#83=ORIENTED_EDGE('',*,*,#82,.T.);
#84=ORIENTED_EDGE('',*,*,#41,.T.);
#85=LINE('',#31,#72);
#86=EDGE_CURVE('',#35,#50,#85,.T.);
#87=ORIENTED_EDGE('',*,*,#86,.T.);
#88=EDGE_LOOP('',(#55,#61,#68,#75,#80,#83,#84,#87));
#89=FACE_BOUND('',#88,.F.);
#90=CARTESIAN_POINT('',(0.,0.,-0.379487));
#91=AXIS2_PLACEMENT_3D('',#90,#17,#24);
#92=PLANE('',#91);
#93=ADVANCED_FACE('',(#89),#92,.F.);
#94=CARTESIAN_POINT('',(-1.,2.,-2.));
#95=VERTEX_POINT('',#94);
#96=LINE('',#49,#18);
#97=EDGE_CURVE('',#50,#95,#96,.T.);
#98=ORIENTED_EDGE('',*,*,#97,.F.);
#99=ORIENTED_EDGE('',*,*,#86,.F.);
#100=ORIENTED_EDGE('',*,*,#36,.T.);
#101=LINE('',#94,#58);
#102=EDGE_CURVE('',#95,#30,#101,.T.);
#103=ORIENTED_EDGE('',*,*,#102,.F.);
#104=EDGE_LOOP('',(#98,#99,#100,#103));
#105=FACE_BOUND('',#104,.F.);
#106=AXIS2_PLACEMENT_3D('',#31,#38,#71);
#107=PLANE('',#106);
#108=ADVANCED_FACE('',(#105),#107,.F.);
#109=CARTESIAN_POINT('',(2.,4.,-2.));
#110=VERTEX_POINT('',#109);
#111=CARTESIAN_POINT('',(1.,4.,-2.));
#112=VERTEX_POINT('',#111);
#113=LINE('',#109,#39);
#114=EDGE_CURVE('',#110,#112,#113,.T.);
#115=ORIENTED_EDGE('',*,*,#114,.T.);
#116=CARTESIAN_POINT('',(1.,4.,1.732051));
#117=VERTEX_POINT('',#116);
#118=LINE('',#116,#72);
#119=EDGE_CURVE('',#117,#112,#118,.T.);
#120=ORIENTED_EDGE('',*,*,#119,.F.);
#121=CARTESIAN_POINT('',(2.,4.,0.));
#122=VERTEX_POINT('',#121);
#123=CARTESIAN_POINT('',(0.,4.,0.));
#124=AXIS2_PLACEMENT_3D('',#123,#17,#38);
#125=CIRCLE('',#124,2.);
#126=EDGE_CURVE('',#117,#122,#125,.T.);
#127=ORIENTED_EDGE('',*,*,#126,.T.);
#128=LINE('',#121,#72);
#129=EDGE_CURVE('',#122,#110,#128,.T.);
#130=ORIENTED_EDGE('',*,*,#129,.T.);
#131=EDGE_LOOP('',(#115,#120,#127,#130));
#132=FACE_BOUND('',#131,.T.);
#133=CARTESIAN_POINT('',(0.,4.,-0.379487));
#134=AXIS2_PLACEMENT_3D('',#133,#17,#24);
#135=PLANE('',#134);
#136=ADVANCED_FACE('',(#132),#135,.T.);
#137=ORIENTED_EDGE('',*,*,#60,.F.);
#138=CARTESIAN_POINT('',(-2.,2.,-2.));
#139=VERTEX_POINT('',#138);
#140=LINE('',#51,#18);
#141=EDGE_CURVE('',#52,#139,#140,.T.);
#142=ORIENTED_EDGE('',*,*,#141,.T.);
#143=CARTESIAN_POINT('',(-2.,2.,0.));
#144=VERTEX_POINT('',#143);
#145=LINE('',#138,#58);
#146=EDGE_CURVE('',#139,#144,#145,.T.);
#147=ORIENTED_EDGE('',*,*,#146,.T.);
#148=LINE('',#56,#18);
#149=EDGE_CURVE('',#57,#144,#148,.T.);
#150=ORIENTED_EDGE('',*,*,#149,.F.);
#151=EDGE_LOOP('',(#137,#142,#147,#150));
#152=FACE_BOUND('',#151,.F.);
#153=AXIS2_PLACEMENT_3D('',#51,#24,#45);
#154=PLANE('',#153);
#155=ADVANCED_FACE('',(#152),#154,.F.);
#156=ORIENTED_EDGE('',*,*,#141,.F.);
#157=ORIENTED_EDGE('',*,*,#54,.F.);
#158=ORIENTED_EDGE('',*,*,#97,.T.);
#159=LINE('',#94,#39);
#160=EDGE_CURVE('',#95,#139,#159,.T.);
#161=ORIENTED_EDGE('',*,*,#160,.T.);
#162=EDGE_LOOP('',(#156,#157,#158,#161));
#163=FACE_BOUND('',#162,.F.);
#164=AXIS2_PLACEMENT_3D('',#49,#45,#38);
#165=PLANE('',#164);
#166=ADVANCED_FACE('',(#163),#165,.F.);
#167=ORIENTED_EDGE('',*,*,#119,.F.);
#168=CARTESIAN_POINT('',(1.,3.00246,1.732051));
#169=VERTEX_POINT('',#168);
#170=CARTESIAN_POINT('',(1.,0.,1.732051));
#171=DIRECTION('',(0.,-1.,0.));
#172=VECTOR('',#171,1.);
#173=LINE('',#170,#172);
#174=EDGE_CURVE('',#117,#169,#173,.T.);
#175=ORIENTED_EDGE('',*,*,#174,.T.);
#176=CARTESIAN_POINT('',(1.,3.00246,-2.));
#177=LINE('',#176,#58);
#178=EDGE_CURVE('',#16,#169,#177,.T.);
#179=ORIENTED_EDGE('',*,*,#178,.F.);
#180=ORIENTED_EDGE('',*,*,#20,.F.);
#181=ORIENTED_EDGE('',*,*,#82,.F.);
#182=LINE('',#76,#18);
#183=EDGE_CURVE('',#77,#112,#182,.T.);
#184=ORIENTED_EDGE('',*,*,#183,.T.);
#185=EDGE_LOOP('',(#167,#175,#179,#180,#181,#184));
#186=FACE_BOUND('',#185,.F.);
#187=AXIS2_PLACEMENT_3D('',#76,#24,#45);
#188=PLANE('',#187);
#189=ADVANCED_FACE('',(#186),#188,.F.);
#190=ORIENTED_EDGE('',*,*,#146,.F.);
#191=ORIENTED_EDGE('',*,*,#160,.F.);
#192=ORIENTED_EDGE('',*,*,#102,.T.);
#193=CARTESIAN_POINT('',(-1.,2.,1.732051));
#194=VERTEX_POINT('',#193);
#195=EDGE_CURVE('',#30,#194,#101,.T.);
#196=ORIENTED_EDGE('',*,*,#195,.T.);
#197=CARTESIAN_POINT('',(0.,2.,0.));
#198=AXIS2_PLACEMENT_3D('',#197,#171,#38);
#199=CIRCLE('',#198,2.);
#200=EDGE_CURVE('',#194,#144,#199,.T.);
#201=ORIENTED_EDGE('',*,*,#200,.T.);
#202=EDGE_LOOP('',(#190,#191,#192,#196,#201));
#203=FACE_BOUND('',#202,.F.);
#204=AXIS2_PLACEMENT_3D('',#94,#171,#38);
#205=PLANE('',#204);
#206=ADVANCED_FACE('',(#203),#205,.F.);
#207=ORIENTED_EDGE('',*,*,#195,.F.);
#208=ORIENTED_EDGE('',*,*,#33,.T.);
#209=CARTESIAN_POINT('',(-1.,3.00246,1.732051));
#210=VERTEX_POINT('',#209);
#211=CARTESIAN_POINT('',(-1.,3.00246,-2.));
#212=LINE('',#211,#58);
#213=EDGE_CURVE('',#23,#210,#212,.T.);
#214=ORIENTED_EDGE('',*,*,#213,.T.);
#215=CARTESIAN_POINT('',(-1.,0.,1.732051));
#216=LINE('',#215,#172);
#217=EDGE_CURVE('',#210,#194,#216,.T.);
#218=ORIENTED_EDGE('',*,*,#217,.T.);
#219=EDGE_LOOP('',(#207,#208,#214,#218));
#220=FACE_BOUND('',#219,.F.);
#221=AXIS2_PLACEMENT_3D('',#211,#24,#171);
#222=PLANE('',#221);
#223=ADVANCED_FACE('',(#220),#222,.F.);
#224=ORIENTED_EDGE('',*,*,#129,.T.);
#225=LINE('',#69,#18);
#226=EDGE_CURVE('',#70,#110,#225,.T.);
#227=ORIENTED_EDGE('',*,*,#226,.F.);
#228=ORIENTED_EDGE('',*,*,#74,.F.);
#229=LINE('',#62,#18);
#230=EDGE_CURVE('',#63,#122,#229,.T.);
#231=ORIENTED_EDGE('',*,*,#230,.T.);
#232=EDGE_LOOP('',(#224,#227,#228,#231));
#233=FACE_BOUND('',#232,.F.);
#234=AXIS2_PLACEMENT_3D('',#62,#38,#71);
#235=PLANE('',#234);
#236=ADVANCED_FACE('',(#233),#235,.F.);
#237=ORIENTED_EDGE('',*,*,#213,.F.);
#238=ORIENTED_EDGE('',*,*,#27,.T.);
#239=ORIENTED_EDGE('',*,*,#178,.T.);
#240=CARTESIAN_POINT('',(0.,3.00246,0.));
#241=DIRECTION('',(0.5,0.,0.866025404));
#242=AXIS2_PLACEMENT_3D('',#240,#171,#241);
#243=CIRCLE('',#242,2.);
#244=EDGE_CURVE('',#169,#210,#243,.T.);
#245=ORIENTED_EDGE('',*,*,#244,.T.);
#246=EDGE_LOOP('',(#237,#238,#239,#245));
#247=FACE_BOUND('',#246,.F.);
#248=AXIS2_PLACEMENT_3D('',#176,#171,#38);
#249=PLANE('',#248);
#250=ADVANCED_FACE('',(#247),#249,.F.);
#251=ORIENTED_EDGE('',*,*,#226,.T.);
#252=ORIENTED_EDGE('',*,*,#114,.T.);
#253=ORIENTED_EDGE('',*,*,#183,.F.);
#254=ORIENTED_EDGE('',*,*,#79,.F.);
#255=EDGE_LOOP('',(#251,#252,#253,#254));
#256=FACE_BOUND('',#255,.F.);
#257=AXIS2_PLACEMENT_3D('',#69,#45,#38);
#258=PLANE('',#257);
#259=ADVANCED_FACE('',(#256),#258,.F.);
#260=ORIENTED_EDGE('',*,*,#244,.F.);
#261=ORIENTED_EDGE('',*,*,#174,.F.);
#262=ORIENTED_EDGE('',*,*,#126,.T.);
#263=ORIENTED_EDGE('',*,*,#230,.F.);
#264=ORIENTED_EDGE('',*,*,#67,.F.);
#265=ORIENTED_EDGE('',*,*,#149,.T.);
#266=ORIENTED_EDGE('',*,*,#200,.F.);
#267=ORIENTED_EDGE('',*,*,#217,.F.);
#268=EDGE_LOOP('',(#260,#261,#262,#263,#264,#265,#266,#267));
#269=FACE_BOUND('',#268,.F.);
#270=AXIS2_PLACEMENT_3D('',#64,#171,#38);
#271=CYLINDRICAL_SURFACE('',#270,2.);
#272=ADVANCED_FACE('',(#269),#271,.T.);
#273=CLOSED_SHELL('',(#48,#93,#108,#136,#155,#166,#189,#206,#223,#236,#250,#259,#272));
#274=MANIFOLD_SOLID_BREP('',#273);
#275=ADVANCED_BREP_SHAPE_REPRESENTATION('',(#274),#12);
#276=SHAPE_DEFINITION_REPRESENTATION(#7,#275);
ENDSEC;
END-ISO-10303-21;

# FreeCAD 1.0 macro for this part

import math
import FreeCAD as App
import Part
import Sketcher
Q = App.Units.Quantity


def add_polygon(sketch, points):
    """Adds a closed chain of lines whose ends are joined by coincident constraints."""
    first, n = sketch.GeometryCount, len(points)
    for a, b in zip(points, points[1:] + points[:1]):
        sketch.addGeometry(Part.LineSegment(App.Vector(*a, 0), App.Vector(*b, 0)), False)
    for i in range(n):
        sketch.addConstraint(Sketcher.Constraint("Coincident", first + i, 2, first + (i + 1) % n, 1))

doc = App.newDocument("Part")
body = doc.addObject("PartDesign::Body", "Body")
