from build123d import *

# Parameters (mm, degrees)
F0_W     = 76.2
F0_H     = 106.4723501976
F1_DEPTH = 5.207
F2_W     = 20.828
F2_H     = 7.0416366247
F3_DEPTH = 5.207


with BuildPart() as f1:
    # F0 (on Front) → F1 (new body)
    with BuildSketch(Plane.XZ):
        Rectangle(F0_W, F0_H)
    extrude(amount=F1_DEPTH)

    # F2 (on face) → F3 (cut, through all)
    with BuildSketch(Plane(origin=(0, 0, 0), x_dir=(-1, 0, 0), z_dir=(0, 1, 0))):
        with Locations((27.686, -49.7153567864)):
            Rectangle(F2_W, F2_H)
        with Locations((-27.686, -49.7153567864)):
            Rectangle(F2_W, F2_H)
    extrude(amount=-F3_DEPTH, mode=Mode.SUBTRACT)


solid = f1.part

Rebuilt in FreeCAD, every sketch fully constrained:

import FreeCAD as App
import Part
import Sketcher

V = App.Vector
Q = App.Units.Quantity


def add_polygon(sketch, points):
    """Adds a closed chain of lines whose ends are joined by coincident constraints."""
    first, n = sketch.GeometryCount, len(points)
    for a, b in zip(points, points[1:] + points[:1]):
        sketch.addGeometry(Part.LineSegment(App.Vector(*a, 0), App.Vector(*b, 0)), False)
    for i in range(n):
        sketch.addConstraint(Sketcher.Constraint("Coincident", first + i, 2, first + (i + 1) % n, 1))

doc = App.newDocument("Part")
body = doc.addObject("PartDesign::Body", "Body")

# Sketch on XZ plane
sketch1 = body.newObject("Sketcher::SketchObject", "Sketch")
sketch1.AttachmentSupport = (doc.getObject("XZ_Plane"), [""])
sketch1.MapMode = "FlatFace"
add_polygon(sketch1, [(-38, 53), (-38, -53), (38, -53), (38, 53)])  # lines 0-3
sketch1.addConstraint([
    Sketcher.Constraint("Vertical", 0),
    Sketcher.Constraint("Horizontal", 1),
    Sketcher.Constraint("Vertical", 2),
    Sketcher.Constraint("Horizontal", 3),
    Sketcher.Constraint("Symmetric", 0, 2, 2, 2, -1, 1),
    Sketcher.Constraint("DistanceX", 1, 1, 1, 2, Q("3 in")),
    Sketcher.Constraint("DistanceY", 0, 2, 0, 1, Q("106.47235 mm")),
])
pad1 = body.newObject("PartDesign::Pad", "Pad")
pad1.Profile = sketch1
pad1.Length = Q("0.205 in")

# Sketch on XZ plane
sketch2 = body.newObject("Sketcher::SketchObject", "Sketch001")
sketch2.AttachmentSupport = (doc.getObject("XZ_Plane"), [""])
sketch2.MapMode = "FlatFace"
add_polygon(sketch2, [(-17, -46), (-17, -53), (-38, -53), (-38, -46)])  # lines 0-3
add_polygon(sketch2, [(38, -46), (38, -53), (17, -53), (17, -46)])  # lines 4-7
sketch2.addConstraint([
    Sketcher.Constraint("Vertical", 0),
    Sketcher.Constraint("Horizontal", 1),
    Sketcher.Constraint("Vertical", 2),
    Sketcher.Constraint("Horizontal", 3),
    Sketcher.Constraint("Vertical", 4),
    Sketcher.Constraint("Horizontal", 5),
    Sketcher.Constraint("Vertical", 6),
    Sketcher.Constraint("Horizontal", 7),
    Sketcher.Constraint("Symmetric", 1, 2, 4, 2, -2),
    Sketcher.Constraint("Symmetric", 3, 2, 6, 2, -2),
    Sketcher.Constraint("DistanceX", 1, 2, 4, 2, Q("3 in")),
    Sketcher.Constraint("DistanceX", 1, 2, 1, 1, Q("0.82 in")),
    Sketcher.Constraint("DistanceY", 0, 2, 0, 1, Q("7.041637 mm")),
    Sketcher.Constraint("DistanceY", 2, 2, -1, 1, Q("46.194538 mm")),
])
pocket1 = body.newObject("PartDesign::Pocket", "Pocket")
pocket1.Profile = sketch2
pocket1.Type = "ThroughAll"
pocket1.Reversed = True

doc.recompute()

____

(WHAT YOU HAVE TO DO): Take the listing above from its first line through the line containing "#97=EDGE_CURVE('',#50,#95,#96,.T.);", and transcribe that stretch exactly, with no other lines.

(TASK RESULT):
#83=ORIENTED_EDGE('',*,*,#82,.T.);
#84=ORIENTED_EDGE('',*,*,#41,.T.);
#85=LINE('',#31,#72);
#86=EDGE_CURVE('',#35,#50,#85,.T.);
#87=ORIENTED_EDGE('',*,*,#86,.T.);
#88=EDGE_LOOP('',(#55,#61,#68,#75,#80,#83,#84,#87));
#89=FACE_BOUND('',#88,.F.);
#90=CARTESIAN_POINT('',(0.,0.,-0.379487));
#91=AXIS2_PLACEMENT_3D('',#90,#17,#24);
#92=PLANE('',#91);
#93=ADVANCED_FACE('',(#89),#92,.F.);
#94=CARTESIAN_POINT('',(-1.,2.,-2.));
#95=VERTEX_POINT('',#94);
#96=LINE('',#49,#18);
#97=EDGE_CURVE('',#50,#95,#96,.T.);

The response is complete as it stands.